In a sparkling, dancing, marvellously imagined biography of Molière presented as part-fact, part-fiction, Mikhail Bulgakov – the Russian novelist and satirist – tells us how he died. The Wikipedia supports his version as mostly true; not too far removed from the actual events.

The medical profession and the priesthood were two of Molière’s favourite targets. He eviscerated arrogant, all-knowing doctors and their habit, in that era, of killing off patients with bleeding by leeches — because they had neither the tools nor understanding to effect a cure. He did this in one play after another with titles translated as The Flying Doctor; The Doctor in Love; Love, the Doctor; and The Doctor in Spite of Himself (in which the writer of this post actually had a leading, non-speaking part as a mute, at the age of fourteen).

In Mira Ginsburg’s quick-stepping, compulsively readable translation of the Bulgakov biography, there is this passage:

As regards the purely external characteristics which distinguished doctors at the time, we may safely say that these men, riding through Paris on mules, wearing long, gloomy mantles and beards, and speaking a mysterious jargon, simply begged to be set on the stage in a comedy.
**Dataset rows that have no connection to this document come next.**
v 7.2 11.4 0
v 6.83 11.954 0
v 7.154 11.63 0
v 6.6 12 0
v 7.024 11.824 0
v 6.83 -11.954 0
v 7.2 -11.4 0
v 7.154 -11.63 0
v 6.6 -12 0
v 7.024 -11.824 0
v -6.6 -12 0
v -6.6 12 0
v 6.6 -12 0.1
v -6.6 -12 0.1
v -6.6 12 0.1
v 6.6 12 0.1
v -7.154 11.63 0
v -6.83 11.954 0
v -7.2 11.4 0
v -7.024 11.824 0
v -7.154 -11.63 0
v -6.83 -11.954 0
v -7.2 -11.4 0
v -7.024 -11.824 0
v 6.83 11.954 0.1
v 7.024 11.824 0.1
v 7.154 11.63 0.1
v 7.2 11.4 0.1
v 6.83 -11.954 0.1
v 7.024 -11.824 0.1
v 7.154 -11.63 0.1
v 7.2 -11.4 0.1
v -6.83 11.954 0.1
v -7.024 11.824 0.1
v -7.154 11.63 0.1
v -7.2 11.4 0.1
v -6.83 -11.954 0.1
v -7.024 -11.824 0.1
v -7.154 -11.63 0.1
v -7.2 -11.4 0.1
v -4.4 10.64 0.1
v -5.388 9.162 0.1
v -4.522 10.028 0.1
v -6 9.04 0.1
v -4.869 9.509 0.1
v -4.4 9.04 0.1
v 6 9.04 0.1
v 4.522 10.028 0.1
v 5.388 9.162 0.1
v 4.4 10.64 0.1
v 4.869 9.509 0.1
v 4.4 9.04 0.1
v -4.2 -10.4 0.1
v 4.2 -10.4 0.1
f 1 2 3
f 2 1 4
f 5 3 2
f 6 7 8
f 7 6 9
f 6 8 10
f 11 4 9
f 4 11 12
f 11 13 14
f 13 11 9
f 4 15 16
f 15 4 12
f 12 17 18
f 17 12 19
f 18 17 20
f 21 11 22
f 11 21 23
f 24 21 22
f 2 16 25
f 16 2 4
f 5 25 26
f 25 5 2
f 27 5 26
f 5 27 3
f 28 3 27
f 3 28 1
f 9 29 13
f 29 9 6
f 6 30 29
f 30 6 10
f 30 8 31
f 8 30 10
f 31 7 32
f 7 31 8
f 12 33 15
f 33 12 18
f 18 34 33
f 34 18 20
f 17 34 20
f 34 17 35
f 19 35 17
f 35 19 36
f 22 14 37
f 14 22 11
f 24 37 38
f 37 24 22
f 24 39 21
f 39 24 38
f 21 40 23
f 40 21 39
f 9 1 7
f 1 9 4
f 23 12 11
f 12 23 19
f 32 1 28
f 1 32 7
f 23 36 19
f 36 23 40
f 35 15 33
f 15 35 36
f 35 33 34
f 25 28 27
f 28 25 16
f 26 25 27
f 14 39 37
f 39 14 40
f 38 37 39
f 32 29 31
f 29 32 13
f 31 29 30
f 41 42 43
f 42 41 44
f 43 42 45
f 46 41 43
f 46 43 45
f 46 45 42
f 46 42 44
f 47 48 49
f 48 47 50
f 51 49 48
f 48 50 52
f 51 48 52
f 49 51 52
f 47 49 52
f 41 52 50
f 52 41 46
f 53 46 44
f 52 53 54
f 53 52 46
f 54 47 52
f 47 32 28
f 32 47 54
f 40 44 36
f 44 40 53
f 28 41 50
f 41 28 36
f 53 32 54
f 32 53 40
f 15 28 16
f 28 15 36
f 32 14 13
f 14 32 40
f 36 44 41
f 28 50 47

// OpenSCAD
// file: ../p/box3u12.scad
use <../lib.scad>
function ldraw_lib__box3u12() = [
// 0 Box with 3 Parallel Faces without Any Edges
// 0 Name: box3u12.dat
// 0 Author: J.C. Tchang [tchang]
// 0 !LDRAW_ORG Primitive UPDATE 2014-02
// 0 !LICENSE Licensed under CC BY 4.0 : see CAreadme.txt
// 
// 0 BFC CERTIFY CCW
  [0,"BFC","CERTIFY"],
  [0,"BFC","CCW"],
// 
// 0 !HISTORY 2014-12-23 [PTadmin] Official Update 2014-02
// 
// 
// 4 16 -1 1 1 1 1 1 1 1 -1 -1 1 -1
  [4,16,-1,1,1,1,1,1,1,1,-1,-1,1,-1],
// 4 16 -1 1 1 -1 0 1 1 0 1 1 1 1
  [4,16,-1,1,1,-1,0,1,1,0,1,1,1,1],
// 4 16 1 1 -1 1 0 -1 -1 0 -1 -1 1 -1
  [4,16,1,1,-1,1,0,-1,-1,0,-1,-1,1,-1],
];
module ldraw_lib__box3u12(step=0, col=false, unit=2/5, alt=false, line=0.2, solid=!$preview)
    makepoly(ldraw_lib__box3u12(), step=step, col=col, unit=unit, alt=alt, line=line, solid=solid);
ldraw_lib__box3u12(line=0.2);
// file: ../p/1-4cyli.scad
use <../lib.scad>
function ldraw_lib__1_4cyli() = [
// 0 Cylinder 0.25
// 0 Name: 1-4cyli.dat
// 0 Author: James Jessiman
// 0 !LDRAW_ORG Primitive UPDATE 2012-01
// 0 !LICENSE Licensed under CC BY 4.0 : see CAreadme.txt
// 
// 0 BFC CERTIFY CCW
  [0,"BFC","CERTIFY"],
  [0,"BFC","CCW"],
// 
// 0 !HISTORY 2002-03-23 [sbliss] Added BFC statement.
// 0 !HISTORY 2002-04-25 [PTadmin] Official Update 2002-02
// 0 !HISTORY 2007-06-22 [PTadmin] Header formatted for Contributor Agreement
// 0 !HISTORY 2008-07-01 [PTadmin] Official Update 2008-01
// 0 !HISTORY 2012-02-16 [Philo] Changed to CCW
// 0 !HISTORY 2012-03-30 [PTadmin] Official Update 2012-01
// 
// 
// 4 16 1 1 0 0.9239 1 0.3827 0.9239 0 0.3827 1 0 0
  [4,16,1,1,0,0.9239,1,0.3827,0.9239,0,0.3827,1,0,0],
// 5 24 1 0 0 1 1 0 0.9239 0 0.3827 1 0 -1
  [5,24,1,0,0,1,1,0,0.9239,0,0.3827,1,0,-1],
// 4 16 0.9239 1 0.3827 0.7071 1 0.7071 0.7071 0 0.7071 0.9239 0 0.3827
  [4,16,0.9239,1,0.3827,0.7071,1,0.7071,0.7071,0,0.7071,0.9239,0,0.3827],
// 5 24 0.9239 0 0.3827 0.9239 1 0.3827 0.7071 0 0.7071 1 0 0
  [5,24,0.9239,0,0.3827,0.9239,1,0.3827,0.7071,0,0.7071,1,0,0],
// 4 16 0.7071 1 0.7071 0.3827 1 0.9239 0.3827 0 0.9239 0.7071 0 0.7071
  [4,16,0.7071,1,0.7071,0.3827,1,0.9239,0.3827,0,0.9239,0.7071,0,0.7071],
// 5 24 0.7071 0 0.7071 0.7071 1 0.7071 0.3827 0 0.9239 0.9239 0 0.3827
  [5,24,0.7071,0,0.7071,0.7071,1,0.7071,0.3827,0,0.9239,0.9239,0,0.3827],
// 4 16 0.3827 1 0.9239 0 1 1 0 0 1 0.3827 0 0.9239
  [4,16,0.3827,1,0.9239,0,1,1,0,0,1,0.3827,0,0.9239],
// 5 24 0.3827 0 0.9239 0.3827 1 0.9239 0 0 1 0.7071 0 0.7071
  [5,24,0.3827,0,0.9239,0.3827,1,0.9239,0,0,1,0.7071,0,0.7071],
// 5 24 0 0 1 0 1 1 0.3827 0 0.9239 -1 0 1
  [5,24,0,0,1,0,1,1,0.3827,0,0.9239,-1,0,1],
];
And in his Love, the Doctor Molière brought four of them on stage upon the stage. … The first doctor was called Des Fonandrès, which means ‘murderer of people’; the second, Bahys, ‘one who barks’; the third, Macroton, ‘slow of speech’; and, finally, the fourth, Tomès, or ‘bloodletter’.

What followed was a major scandal, for the audience easily recognized in the four quacks four of the Court physicians, Sieur de Forgerais, Jean Esprit, Guénaut, and Vallot, the latter being not merely a Court doctor, but the King’s chief physician. … [I]t is small wonder that hatred of Molière among the physicians reached unprecedented proportions.
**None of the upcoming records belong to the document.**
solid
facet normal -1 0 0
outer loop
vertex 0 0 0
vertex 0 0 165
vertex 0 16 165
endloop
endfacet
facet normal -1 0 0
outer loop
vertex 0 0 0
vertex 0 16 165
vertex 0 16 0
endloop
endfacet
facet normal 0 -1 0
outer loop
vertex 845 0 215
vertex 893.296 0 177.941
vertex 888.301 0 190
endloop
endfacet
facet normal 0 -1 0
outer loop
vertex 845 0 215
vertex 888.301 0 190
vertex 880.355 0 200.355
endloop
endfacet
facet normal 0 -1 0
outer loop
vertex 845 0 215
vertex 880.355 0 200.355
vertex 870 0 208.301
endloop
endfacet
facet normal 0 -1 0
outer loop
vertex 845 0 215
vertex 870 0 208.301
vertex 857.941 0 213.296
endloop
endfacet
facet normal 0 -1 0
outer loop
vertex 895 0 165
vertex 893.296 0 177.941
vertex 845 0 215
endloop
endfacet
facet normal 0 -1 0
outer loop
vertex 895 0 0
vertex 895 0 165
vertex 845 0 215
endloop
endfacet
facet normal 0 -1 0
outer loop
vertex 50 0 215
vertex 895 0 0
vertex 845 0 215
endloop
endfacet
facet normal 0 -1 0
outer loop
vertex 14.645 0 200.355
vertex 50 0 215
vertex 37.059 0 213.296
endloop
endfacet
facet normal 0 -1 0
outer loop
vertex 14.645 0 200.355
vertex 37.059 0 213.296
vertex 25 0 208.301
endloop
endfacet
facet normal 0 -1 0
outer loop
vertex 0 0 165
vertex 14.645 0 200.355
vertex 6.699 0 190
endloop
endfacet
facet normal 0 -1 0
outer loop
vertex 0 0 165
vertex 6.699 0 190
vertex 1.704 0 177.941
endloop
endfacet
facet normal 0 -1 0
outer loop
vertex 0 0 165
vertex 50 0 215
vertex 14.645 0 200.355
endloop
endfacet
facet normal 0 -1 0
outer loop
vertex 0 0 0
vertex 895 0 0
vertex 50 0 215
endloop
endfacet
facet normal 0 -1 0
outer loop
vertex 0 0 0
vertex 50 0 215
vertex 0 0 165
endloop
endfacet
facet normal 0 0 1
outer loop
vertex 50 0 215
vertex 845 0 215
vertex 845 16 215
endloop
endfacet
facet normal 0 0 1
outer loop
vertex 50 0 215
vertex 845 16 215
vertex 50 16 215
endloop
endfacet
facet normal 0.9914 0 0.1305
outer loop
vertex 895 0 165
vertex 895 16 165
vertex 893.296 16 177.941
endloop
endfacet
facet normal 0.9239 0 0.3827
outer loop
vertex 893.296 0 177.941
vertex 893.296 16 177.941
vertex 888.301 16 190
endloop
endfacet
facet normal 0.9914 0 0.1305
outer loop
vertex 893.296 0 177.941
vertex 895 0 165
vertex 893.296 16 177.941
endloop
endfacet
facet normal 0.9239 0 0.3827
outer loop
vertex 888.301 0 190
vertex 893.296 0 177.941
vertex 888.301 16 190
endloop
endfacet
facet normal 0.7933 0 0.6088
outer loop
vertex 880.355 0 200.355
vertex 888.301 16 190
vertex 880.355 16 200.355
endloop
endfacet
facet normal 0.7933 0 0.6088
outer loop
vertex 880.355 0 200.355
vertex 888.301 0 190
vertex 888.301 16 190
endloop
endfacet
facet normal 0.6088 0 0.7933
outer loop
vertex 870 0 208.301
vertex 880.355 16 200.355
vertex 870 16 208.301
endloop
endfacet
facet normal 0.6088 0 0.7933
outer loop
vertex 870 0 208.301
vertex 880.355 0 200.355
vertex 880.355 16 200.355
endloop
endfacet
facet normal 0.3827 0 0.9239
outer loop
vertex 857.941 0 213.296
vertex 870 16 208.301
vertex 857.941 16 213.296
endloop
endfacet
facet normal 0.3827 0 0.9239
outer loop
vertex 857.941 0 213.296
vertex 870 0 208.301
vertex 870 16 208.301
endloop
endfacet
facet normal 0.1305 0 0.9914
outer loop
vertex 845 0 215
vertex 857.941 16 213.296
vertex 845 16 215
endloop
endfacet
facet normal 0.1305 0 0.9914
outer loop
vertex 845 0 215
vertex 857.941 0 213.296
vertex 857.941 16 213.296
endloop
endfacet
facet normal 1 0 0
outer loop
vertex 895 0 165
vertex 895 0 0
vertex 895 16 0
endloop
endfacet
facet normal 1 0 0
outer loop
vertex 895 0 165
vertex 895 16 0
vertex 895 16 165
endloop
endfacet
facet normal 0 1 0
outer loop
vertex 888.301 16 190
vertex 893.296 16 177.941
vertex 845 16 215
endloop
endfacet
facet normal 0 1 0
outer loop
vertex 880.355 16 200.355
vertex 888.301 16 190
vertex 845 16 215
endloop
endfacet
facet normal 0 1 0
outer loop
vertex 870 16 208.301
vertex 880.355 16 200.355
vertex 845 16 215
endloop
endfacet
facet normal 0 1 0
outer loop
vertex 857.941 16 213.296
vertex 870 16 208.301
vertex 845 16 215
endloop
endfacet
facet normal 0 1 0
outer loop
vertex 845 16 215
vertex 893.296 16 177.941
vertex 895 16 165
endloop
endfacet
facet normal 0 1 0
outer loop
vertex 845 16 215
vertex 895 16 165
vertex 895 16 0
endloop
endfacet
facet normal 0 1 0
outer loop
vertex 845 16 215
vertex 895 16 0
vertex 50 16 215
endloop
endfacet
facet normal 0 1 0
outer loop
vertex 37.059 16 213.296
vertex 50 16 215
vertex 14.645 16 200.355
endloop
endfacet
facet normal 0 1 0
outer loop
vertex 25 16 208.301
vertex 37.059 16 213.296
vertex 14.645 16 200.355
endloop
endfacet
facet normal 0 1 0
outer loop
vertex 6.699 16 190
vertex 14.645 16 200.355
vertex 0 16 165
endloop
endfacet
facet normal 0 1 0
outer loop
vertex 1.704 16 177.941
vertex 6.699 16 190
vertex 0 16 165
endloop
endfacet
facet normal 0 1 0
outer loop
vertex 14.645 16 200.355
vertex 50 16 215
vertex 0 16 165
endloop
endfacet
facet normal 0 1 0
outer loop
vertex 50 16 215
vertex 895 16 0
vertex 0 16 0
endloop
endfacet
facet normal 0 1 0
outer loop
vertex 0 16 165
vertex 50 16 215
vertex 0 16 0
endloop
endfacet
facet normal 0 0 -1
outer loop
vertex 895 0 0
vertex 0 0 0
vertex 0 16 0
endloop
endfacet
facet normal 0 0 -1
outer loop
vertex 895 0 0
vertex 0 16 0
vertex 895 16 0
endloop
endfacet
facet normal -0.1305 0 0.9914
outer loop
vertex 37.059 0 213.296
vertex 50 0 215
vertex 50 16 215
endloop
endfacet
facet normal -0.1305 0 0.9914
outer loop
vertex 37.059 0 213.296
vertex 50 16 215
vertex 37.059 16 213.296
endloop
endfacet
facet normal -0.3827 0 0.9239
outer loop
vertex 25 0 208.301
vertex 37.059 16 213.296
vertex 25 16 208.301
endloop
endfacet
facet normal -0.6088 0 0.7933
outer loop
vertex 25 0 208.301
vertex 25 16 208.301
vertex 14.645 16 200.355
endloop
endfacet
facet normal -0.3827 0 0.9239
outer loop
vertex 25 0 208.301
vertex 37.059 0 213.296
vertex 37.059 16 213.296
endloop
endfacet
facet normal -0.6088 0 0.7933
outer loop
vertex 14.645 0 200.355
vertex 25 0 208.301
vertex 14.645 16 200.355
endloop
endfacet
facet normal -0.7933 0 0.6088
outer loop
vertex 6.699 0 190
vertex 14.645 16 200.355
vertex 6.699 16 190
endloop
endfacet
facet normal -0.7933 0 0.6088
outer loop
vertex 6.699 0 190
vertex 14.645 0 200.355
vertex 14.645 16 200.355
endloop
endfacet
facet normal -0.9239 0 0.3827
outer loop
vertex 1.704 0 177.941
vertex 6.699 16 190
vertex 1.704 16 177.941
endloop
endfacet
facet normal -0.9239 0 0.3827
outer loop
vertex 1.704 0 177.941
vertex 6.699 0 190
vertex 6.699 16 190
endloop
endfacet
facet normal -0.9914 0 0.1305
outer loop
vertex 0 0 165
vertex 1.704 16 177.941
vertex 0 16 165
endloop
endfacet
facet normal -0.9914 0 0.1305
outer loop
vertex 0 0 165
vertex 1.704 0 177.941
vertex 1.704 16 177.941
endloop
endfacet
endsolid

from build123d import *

# Parameters (mm, degrees)
EXTRUDE_1_DEPTH = 16


with BuildPart() as part:
    # Эскиз1 → Бобышка-Вытянуть1 (new body)
    with BuildSketch(Plane(origin=(0, 0, 0), x_dir=(1, 0, 0), z_dir=(0, 1, 0))):
        with BuildLine():
            Line((0, 0), (895, 0))
            Line((895, 0), (895, -165))
            ThreePointArc((895, -165), (880.355339059, -200.355339059), (845, -215))
            Line((845, -215), (50, -215))
            ThreePointArc((50, -215), (14.644660941, -200.355339059), (0, -165))
            Line((0, -165), (0, 0))
        make_face()
    extrude(amount=EXTRUDE_1_DEPTH)


solid = part.part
After he collapsed on stage, acting a part in his latest play, The Imaginary Invalid –— then died coughing and spitting up blood a few hours afterwards — old friends and family were obliged to cope, without his help, with the consequences of his years spent savaging mediators between the realms of matter and spirit:

[E]arth refused to receive Monsieur Molière’s body.

Jean Aubry had vainly pleaded with the priests of the Saint Eustache parish to visit the dying man. Both of them flatly refused to come. A third, taking pity on the desperate Aubry, came to the comedian’s home, but it was too late. Molière was dead, and the priest hastened away. Burying Molière without proper Church rites was out of the question. The sinful comedian died without a last confession and without repudiating his profession [acting], which was condemned by the Church. Nor had he made a written promise never again to play on the stage again in the event that the Lord, in his infinite mercy, restored him to health.

This formula had not been signed, and no priest in Paris would undertake to escort Monsieur de Molière to the cemetery. Besides, no cemetery would accept him. …

Back to the Jung blog post quoted above:

[ The daimon ] … pulls us out of conventions and social norms. Because it is archetypal, the daimon exists outside of time and cultural contexts. It doesn’t follow fads or fashions, or feel any need to measure up to social niceties and expectations.

Fair enough — and well said. But what explains the existence of daimons, and what or whose purpose do they serve? We have never read a completely satisfactory answer.